Megnil was puzzled. “You were accused of adultery?”
“No!” she laughed again. “I was so tired after working my first day at the Festival, I collapsed on the way home.”
“Who picked you up?”
“No one,” she replied. “I woke up when it started raining. Then I saw the hoofprints a few inches from my face where there hadn’t been before, and …”

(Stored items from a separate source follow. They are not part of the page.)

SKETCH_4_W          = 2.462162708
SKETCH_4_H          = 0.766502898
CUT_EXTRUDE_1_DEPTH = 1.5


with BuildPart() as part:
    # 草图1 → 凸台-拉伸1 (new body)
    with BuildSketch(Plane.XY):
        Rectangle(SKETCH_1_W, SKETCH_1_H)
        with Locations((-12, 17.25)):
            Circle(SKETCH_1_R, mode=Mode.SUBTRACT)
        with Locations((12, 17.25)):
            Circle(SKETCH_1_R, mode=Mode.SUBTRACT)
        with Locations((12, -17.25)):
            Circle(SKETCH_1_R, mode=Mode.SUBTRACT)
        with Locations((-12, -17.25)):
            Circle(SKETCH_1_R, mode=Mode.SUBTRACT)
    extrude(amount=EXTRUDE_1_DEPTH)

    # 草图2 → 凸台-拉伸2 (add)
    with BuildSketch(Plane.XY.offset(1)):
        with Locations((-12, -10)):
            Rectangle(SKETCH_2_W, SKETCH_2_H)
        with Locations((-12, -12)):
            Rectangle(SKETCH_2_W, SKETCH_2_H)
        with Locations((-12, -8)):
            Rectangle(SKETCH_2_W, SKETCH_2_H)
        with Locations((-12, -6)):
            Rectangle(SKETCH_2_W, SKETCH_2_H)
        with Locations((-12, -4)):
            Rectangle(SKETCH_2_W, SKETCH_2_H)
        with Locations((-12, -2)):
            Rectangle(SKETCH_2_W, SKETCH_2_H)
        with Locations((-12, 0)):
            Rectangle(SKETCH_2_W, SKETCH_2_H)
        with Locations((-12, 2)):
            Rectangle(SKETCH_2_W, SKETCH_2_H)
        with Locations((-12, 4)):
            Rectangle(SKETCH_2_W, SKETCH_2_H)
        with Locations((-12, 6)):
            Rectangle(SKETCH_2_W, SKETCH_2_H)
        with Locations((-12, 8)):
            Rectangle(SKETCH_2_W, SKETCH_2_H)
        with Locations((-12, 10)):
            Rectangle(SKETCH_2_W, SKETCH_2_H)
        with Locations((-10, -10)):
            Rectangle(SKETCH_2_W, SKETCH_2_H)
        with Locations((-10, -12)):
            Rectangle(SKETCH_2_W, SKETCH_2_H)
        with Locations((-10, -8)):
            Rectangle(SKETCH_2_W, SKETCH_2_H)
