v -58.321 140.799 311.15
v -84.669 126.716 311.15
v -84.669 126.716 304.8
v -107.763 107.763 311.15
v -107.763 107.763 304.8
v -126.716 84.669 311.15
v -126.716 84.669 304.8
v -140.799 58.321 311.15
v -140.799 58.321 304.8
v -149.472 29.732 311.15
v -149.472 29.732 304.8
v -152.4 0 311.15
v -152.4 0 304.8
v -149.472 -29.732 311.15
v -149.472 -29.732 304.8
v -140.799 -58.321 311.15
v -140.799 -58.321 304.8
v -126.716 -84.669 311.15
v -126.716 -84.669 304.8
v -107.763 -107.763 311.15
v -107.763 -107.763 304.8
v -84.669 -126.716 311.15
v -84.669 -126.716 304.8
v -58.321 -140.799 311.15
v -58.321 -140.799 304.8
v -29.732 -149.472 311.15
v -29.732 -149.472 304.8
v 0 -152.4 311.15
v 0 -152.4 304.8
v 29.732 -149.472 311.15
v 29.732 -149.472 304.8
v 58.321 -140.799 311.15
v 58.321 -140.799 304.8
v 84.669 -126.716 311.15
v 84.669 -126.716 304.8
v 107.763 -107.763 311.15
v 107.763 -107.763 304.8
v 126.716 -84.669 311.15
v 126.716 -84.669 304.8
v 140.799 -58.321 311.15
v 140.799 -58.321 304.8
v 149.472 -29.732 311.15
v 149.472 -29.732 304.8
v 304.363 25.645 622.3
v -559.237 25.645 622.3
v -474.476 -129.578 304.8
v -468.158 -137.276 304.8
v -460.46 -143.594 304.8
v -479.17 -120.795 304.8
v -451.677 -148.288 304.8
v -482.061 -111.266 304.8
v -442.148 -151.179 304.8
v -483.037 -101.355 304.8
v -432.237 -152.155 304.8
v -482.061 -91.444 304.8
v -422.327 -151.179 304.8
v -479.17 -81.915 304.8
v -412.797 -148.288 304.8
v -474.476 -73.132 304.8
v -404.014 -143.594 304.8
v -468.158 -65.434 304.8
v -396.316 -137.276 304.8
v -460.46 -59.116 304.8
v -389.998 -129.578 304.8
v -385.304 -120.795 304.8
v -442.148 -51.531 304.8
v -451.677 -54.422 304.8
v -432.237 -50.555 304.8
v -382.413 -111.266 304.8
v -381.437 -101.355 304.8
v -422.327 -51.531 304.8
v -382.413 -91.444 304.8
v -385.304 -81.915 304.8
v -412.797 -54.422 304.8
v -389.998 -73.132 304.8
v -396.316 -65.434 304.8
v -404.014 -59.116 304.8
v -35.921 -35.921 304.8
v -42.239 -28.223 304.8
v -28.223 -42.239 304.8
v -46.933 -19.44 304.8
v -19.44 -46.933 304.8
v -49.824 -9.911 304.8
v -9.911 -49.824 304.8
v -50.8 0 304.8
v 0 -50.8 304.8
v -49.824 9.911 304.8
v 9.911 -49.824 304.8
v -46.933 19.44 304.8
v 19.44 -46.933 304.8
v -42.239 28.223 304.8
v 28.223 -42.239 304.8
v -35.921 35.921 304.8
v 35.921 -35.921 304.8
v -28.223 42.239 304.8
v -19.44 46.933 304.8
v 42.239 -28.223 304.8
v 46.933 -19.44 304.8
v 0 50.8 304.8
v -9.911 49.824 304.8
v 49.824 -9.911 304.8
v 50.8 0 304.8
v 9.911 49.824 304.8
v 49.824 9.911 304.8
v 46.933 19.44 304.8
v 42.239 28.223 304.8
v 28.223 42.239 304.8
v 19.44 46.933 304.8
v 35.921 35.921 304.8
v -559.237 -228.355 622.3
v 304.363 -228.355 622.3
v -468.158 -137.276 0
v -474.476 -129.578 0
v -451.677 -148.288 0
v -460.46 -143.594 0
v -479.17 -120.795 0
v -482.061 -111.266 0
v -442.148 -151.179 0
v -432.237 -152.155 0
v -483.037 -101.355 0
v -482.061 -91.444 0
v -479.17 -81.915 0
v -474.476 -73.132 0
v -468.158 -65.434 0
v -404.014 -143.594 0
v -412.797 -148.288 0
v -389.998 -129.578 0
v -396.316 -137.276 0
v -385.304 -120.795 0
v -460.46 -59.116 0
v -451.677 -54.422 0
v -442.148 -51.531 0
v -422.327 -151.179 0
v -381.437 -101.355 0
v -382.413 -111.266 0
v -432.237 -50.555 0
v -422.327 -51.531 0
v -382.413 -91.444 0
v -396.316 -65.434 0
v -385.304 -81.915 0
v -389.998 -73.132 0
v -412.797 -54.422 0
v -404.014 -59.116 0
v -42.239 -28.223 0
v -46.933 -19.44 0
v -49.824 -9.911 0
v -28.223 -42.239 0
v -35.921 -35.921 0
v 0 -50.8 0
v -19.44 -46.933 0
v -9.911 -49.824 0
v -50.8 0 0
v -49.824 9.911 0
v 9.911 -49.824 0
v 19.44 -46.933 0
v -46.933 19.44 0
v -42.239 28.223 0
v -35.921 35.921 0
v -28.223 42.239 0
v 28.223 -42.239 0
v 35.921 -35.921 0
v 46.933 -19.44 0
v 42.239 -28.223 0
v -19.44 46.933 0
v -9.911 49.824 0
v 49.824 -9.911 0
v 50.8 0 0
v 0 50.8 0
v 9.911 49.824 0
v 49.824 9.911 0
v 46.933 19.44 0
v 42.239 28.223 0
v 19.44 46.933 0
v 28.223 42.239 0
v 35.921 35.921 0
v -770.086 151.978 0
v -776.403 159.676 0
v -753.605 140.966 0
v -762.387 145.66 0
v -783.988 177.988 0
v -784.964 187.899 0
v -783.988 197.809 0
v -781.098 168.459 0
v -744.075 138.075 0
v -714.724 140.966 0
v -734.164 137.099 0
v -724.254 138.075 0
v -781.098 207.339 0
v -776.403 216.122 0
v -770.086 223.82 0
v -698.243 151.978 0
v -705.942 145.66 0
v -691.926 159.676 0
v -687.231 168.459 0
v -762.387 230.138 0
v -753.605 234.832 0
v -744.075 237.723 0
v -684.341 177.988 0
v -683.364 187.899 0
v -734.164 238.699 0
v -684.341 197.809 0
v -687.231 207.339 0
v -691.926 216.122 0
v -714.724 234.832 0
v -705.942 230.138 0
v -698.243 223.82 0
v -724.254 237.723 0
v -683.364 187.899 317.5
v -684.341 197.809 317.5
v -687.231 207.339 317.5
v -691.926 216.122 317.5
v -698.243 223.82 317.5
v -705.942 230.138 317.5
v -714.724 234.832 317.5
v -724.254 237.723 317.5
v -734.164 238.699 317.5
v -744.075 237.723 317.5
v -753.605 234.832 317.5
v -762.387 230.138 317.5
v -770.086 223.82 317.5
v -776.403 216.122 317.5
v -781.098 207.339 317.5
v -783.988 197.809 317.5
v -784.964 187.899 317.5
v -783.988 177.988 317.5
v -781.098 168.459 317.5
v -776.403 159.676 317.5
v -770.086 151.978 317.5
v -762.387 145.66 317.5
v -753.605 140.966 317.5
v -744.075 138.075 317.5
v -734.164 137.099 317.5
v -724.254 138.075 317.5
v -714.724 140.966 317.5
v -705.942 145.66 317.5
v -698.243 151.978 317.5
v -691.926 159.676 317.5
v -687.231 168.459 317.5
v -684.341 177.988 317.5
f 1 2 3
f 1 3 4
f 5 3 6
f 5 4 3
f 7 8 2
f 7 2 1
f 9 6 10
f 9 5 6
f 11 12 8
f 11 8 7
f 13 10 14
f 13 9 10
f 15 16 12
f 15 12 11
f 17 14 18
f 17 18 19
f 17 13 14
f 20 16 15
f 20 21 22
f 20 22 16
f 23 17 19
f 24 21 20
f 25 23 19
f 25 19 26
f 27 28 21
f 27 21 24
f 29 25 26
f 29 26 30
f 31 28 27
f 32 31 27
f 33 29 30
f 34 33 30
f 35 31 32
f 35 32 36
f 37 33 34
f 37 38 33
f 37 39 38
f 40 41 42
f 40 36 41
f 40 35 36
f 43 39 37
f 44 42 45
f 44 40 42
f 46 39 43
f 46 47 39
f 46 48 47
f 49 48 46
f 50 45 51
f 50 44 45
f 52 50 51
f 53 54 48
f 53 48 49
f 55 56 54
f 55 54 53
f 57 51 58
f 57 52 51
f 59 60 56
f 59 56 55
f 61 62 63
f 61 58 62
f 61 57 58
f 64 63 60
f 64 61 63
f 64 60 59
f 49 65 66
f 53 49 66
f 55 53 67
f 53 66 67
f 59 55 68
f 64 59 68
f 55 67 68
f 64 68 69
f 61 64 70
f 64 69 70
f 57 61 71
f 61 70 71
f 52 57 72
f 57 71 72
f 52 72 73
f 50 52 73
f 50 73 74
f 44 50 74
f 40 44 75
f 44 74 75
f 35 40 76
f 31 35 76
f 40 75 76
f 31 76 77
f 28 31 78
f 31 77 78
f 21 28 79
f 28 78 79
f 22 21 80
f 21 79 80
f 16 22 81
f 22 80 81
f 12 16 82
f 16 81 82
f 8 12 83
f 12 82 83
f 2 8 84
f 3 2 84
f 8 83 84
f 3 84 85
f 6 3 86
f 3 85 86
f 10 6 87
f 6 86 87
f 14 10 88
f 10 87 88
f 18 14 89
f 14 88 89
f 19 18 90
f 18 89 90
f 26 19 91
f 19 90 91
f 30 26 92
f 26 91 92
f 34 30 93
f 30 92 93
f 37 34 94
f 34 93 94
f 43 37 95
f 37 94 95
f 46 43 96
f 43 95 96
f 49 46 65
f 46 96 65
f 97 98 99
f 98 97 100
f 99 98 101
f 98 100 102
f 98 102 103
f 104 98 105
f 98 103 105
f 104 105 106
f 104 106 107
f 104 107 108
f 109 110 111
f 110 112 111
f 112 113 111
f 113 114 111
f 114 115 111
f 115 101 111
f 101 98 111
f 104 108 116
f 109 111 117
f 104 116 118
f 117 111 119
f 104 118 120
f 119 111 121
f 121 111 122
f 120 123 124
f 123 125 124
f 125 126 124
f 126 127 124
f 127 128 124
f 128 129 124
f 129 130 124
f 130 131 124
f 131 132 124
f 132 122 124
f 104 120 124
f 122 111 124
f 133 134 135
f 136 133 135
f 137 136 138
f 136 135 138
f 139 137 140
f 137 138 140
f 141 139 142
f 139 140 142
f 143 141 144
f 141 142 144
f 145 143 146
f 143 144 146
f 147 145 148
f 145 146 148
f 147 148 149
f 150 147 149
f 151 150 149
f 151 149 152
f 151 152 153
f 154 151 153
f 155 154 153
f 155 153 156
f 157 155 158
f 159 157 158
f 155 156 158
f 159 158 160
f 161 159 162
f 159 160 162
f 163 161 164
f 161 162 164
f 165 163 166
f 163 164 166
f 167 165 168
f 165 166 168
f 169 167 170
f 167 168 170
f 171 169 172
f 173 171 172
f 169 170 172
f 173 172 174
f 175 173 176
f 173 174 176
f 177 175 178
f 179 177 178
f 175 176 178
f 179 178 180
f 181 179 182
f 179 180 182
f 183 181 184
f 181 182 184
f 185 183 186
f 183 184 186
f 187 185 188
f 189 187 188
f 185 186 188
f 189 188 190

“Someone went past without helping you?”
“Yes. Someone rich enough to own a horse. Someone for whom helping me wouldn’t have been any trouble.”
Megnil muttered something under his breath, and spat. “Sorry.”
“What did you say?”
“‘And they call us ‘barbaric’.’”
She shrugged. “Maybe … maybe different people have different aspects on barbarism.” She drew her knees up and hugged them.
“You sold yourself so you could leave here and become a merchant in a bigger city?” Megnil shrugged. “It is your choice. I cannot approve, and doubtless there are those of your people who wouldn’t either.”
“Many. What do you do? For a living?”
“I am a hunter,” he replied. “I hunt in the hills and forests near here. I sell the meat to my Tribe’s butchers, sometimes to a human forester. It pays enough. I have accoutrements of war suitable to my standing.”
“You’re a soldier as well?”
“All Orcs are warriors. Fighting is how we live. When the Tribe makes war, I wear my armour, carry my axe and spear, and make good account of myself.”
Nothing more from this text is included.